Tuesday, May 26, 2015

AFTER FOOD POISONING, SAT 23MAY2015


Loc: El Porto, 40th Street

Crew: Bri, Rick, Gary, Dave T.

Time: 0615-0745                  

Conditions: 2-3 FT, low tide, offshore, windswell

Board: Motorboat Too

     After being gone for a week, I had been looking forward to surfing again. Unfortunately, I got food poisoning my last day on duty. At first I thought it was a hangover, but when I started pissing out of my asshole into the second day, I realized it was a bit more serious than I had thought.

     On Friday night, after having a chance to recover since Tuesday, I get the text from Gary: “Where you surfing at, Duckbutter?” Initially I wanted to go to 26th Street to get my local card stamped, but since the Gare Bear actually reached out to me, I figured it would be nice to catch up with him and the other guys as well.

#

     I wake up at 0530, which is late. Late because I know the WHC is already in the water at this very moment. “We’re late,” I say to Bri, but I don’t push too hard. I take my time getting up, eat a snack, fill our water jugs, and then I start to nudge her out of bed.

     The surf looks small on the way to Porto. I can’t tell if it’s actually decent enough to surf, but it doesn’t matter because I had already made the commitment to paddle out.

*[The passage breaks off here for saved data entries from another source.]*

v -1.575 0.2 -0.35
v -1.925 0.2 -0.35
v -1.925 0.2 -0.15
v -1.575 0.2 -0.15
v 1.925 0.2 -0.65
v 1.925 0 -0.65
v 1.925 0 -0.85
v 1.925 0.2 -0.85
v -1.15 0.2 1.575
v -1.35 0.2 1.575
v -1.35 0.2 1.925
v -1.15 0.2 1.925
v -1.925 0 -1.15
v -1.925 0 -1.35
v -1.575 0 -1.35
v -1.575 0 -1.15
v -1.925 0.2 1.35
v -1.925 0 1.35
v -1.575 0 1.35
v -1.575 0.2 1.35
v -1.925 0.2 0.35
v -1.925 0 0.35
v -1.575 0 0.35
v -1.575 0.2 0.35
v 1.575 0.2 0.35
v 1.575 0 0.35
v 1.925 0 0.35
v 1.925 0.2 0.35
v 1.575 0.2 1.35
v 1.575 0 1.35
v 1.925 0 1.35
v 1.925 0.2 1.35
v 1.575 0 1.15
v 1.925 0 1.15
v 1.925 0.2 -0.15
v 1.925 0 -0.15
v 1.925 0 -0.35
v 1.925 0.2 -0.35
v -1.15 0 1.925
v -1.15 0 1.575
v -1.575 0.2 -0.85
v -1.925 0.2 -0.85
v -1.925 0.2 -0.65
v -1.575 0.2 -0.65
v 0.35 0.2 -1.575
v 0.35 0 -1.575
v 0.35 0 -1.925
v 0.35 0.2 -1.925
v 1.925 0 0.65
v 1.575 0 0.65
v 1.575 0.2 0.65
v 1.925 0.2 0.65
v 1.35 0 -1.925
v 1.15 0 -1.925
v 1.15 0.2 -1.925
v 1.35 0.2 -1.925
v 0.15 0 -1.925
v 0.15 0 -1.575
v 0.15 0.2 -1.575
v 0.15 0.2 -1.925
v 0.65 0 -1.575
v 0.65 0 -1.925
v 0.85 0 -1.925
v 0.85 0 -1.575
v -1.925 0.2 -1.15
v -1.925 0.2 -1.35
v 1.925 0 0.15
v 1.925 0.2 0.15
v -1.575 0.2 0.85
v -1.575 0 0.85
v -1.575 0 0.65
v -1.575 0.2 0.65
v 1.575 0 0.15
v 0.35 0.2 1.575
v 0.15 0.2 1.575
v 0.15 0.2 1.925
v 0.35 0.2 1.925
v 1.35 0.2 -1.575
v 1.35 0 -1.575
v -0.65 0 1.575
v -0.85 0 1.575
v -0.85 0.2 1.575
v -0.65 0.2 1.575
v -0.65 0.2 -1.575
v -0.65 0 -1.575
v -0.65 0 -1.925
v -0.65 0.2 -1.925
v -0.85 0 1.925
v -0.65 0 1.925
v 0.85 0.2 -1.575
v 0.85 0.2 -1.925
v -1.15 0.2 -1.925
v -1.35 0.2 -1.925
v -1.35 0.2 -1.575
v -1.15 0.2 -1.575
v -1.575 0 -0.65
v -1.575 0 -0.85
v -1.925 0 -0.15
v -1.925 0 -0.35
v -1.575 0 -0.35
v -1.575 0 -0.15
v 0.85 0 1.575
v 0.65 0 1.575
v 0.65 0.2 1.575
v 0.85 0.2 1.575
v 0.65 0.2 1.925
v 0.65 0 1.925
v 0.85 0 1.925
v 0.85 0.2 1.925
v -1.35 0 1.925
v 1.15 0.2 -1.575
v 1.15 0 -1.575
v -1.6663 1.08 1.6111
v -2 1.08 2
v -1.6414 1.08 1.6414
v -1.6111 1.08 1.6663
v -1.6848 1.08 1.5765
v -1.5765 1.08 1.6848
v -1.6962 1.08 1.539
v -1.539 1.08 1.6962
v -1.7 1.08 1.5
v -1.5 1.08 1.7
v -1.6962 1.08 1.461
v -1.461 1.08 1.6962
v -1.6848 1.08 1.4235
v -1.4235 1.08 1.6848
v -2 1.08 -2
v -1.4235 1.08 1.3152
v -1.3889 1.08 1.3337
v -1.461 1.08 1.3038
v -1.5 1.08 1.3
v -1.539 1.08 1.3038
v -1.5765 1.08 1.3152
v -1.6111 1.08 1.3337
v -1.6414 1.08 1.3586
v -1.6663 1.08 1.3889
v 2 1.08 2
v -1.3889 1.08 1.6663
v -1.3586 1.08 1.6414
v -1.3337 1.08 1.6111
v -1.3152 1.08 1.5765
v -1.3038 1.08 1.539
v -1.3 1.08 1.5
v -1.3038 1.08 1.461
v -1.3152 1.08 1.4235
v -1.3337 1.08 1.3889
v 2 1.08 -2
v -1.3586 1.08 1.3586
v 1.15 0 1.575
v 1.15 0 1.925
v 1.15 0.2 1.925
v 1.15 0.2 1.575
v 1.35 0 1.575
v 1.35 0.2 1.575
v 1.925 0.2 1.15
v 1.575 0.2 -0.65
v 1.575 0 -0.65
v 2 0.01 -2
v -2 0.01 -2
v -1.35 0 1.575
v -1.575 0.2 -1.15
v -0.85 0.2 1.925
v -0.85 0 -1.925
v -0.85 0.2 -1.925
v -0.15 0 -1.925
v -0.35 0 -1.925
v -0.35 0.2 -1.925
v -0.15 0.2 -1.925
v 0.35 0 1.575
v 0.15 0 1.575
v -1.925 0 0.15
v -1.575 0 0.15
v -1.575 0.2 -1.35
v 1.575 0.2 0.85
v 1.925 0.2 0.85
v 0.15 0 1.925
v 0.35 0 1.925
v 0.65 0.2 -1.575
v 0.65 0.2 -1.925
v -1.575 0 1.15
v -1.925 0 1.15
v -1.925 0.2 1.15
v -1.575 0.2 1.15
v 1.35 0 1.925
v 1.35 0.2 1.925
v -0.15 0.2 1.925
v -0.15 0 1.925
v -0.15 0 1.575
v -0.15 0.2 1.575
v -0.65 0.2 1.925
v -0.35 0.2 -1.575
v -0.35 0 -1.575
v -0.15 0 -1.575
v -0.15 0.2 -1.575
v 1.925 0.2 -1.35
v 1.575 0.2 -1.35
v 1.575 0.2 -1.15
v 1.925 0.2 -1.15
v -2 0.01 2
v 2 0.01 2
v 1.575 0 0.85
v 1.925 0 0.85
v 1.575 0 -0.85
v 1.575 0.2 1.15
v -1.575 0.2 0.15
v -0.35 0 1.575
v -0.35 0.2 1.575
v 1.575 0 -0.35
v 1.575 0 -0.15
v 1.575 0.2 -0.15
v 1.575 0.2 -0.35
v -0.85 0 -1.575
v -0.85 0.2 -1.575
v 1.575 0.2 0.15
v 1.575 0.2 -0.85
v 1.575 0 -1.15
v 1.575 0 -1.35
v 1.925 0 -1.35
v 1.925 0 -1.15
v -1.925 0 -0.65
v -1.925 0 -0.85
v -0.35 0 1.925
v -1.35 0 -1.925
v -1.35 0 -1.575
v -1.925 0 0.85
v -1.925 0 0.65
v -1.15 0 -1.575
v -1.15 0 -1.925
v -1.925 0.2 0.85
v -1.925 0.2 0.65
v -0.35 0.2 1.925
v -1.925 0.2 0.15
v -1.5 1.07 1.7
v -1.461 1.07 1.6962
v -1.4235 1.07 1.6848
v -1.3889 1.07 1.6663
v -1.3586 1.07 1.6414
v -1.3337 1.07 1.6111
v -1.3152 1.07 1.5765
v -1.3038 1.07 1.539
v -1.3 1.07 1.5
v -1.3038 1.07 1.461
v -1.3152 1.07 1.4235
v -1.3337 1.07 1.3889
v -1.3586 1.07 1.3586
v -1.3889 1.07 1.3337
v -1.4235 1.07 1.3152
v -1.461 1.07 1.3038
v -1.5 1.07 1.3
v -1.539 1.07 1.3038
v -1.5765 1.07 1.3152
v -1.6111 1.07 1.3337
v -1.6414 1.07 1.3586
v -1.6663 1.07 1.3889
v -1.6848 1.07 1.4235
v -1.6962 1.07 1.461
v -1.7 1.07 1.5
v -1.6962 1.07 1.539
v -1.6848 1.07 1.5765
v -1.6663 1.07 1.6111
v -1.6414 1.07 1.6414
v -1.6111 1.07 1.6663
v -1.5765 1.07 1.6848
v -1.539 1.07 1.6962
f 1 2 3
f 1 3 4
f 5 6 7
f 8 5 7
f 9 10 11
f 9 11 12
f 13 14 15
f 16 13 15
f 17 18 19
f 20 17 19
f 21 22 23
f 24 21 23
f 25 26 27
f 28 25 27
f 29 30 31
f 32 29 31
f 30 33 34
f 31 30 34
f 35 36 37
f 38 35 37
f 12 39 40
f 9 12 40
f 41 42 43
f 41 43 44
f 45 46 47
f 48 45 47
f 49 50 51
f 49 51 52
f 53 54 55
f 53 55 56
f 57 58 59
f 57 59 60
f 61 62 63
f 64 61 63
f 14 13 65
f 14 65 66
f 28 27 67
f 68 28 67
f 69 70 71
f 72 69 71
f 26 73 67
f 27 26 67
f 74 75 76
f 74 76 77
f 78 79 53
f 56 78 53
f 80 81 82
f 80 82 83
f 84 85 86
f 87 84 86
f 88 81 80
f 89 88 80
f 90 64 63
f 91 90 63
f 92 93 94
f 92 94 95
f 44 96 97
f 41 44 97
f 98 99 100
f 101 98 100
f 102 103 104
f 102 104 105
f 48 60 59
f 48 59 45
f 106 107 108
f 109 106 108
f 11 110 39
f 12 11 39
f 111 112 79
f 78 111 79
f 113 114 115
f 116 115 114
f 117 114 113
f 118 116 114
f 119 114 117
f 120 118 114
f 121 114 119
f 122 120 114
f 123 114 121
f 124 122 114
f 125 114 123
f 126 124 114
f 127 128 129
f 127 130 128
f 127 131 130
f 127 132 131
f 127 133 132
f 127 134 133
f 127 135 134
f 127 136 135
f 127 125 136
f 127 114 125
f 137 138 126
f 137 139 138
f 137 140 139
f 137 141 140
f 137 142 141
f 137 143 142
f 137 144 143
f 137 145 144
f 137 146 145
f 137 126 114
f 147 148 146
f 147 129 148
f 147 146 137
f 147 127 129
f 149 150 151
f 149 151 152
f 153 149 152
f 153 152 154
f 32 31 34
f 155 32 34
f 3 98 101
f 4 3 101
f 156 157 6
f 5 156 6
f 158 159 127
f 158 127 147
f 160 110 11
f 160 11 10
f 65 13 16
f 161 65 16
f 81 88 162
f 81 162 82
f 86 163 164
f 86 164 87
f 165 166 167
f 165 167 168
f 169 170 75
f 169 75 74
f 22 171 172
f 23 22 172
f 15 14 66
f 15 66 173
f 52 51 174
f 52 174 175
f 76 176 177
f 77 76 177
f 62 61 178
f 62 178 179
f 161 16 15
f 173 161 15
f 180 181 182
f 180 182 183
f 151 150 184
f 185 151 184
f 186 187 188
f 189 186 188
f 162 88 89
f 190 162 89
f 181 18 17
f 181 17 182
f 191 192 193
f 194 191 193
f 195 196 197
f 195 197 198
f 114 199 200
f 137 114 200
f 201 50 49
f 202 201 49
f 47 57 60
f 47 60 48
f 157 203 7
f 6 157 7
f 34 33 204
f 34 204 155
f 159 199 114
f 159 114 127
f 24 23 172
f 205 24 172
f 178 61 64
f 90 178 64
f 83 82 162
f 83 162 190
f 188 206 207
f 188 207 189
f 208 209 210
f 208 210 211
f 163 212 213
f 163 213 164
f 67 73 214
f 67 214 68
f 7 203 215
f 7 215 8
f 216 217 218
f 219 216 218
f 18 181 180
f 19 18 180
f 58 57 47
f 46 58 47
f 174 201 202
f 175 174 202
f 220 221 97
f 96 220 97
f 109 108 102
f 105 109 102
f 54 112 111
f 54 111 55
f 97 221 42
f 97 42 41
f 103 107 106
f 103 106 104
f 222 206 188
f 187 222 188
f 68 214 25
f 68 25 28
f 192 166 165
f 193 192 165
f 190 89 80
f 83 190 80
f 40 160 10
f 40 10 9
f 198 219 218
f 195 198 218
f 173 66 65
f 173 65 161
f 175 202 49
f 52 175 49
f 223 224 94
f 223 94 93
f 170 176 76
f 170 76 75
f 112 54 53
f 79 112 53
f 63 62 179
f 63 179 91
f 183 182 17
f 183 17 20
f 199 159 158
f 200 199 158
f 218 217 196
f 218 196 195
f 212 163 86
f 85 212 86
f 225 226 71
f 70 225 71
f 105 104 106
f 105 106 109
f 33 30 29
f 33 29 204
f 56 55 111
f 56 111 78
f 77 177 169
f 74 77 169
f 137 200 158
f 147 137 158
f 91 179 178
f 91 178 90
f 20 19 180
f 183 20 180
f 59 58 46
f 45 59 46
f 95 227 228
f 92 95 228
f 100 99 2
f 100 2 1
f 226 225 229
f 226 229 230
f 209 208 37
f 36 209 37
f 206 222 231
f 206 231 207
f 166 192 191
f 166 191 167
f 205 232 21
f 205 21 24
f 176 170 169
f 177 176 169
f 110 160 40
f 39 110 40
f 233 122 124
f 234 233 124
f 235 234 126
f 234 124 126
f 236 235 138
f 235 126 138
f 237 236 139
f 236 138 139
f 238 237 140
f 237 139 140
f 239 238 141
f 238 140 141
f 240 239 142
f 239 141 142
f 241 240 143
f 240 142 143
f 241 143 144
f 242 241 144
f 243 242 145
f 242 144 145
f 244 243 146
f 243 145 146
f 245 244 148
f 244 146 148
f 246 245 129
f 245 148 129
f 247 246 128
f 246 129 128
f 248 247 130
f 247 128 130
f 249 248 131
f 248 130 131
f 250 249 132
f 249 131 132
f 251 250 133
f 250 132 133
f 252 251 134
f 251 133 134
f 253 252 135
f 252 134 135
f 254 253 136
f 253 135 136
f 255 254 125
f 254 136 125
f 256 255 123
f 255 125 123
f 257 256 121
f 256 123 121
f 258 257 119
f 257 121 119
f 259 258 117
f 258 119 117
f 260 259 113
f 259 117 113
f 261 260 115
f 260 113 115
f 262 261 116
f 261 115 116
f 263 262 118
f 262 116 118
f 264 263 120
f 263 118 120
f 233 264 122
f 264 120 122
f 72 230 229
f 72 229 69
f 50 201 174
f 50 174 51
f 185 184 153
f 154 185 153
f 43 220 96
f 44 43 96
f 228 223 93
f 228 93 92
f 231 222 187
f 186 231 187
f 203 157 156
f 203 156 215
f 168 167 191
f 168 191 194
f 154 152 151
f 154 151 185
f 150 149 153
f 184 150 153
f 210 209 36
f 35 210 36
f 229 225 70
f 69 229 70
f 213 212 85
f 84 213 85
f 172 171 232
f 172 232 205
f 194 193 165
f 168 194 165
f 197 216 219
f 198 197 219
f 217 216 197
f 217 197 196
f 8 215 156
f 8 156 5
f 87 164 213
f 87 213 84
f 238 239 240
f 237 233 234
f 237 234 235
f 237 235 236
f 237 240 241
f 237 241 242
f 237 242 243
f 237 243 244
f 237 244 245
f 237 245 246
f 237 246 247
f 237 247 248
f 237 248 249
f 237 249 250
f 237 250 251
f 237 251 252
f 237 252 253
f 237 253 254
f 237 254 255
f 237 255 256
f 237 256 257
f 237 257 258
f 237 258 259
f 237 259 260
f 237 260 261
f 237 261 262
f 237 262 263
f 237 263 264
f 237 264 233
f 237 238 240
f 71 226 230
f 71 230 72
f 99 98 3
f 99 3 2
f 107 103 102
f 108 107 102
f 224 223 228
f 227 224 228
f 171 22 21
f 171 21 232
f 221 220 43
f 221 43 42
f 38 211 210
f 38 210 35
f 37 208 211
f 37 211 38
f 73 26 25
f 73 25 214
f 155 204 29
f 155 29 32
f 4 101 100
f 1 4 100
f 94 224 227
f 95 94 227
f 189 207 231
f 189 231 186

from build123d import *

# Parameters (mm, degrees)
SKETCH1_W              = 0.35
SKETCH1_H              = 0.2
BOSS_EXTRUDE1_DEPTH    = 0.2
BOSS_EXTRUDE1_2_DEPTH  = 0.2
BOSS_EXTRUDE1_3_DEPTH  = 0.2
SKETCH1_W_2            = 0.2
SKETCH1_H_2            = 0.35
BOSS_EXTRUDE1_4_DEPTH  = 0.2
BOSS_EXTRUDE1_5_DEPTH  = 0.2
BOSS_EXTRUDE1_6_DEPTH  = 0.2
BOSS_EXTRUDE1_7_DEPTH  = 0.2
BOSS_EXTRUDE1_8_DEPTH  = 0.2
BOSS_EXTRUDE1_9_DEPTH  = 0.2
BOSS_EXTRUDE1_10_DEPTH = 0.2
BOSS_EXTRUDE1_11_DEPTH = 0.2
BOSS_EXTRUDE1_12_DEPTH = 0.2
BOSS_EXTRUDE1_13_DEPTH = 0.2
BOSS_EXTRUDE1_14_DEPTH = 0.2
BOSS_EXTRUDE1_15_DEPTH = 0.2
BOSS_EXTRUDE1_16_DEPTH = 0.2
BOSS_EXTRUDE1_17_DEPTH = 0.2
BOSS_EXTRUDE1_18_DEPTH = 0.2
BOSS_EXTRUDE1_19_DEPTH = 0.2
BOSS_EXTRUDE1_20_DEPTH = 0.2
BOSS_EXTRUDE1_21_DEPTH = 0.2
BOSS_EXTRUDE1_22_DEPTH = 0.2
BOSS_EXTRUDE1_23_DEPTH = 0.2
BOSS_EXTRUDE1_24_DEPTH = 0.2
BOSS_EXTRUDE2_START    = 0.01
SKETCH2_W              = 4
SKETCH2_H              = 4
BOSS_EXTRUDE2_DEPTH    = 1.07
SKETCH3_R              = 0.2
CUT_EXTRUDE2_DEPTH     = 0.01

     Pulling into the parking lot, I already see everyone’s cars lined up and abandoned. Yup, they’re definitely out there.

     There’s some patchy overcast in the sky. If anything, it’s definitely not sunny. As soon as we reach the sand, we see three black wetsuits in front of 40th Street, only two other guys are further north in front of the sandwich shack.

     One by one, Rick, Garr, and Dave each get waves, but the surf is a little lackluster. Consistent lines are rolling in on the low tide, but they just look too small to crank good carves on. It looked like more of a trimming and distance day than anything.

     With my new 4/3, I enter the water. It’s sealed water tight, save for the trickle that gets in through the backzip; I haven’t used one of these in a while.

     Gary spots us first. We wave. Pretty soon the five of us are holding down the spot.

     I can’t remember the last really good session that I’ve had. Even Churches a couple of weeks ago was a bit average on the stokometer, and I’m not expecting too much this morning. However, for what the small surf has to offer, these guys are attacking the waves indiscriminately, the same way they’d attack the surf on a rippable day. Rick goes backhand and throws out a bucket. As the morning goes on, despite a growing crowd, Gary finds himself in perfect position on two setwaves. On his pill, he just pumps down the line, making the sections, to set up for one finishing carve all the way on the inside, nearly halfway to the next tower north.

     I do all right. For a day like today, I get one backhand hack on a good open-face section. I put as much mustard as I can on it, letting out a week’s worth of pent up surf aggression and another four days of food poisoning on top of it.

     Paddling back to the lineup, I get thumbs up from the guys. One wave. Honorable mention. It’s a decent start to being back home.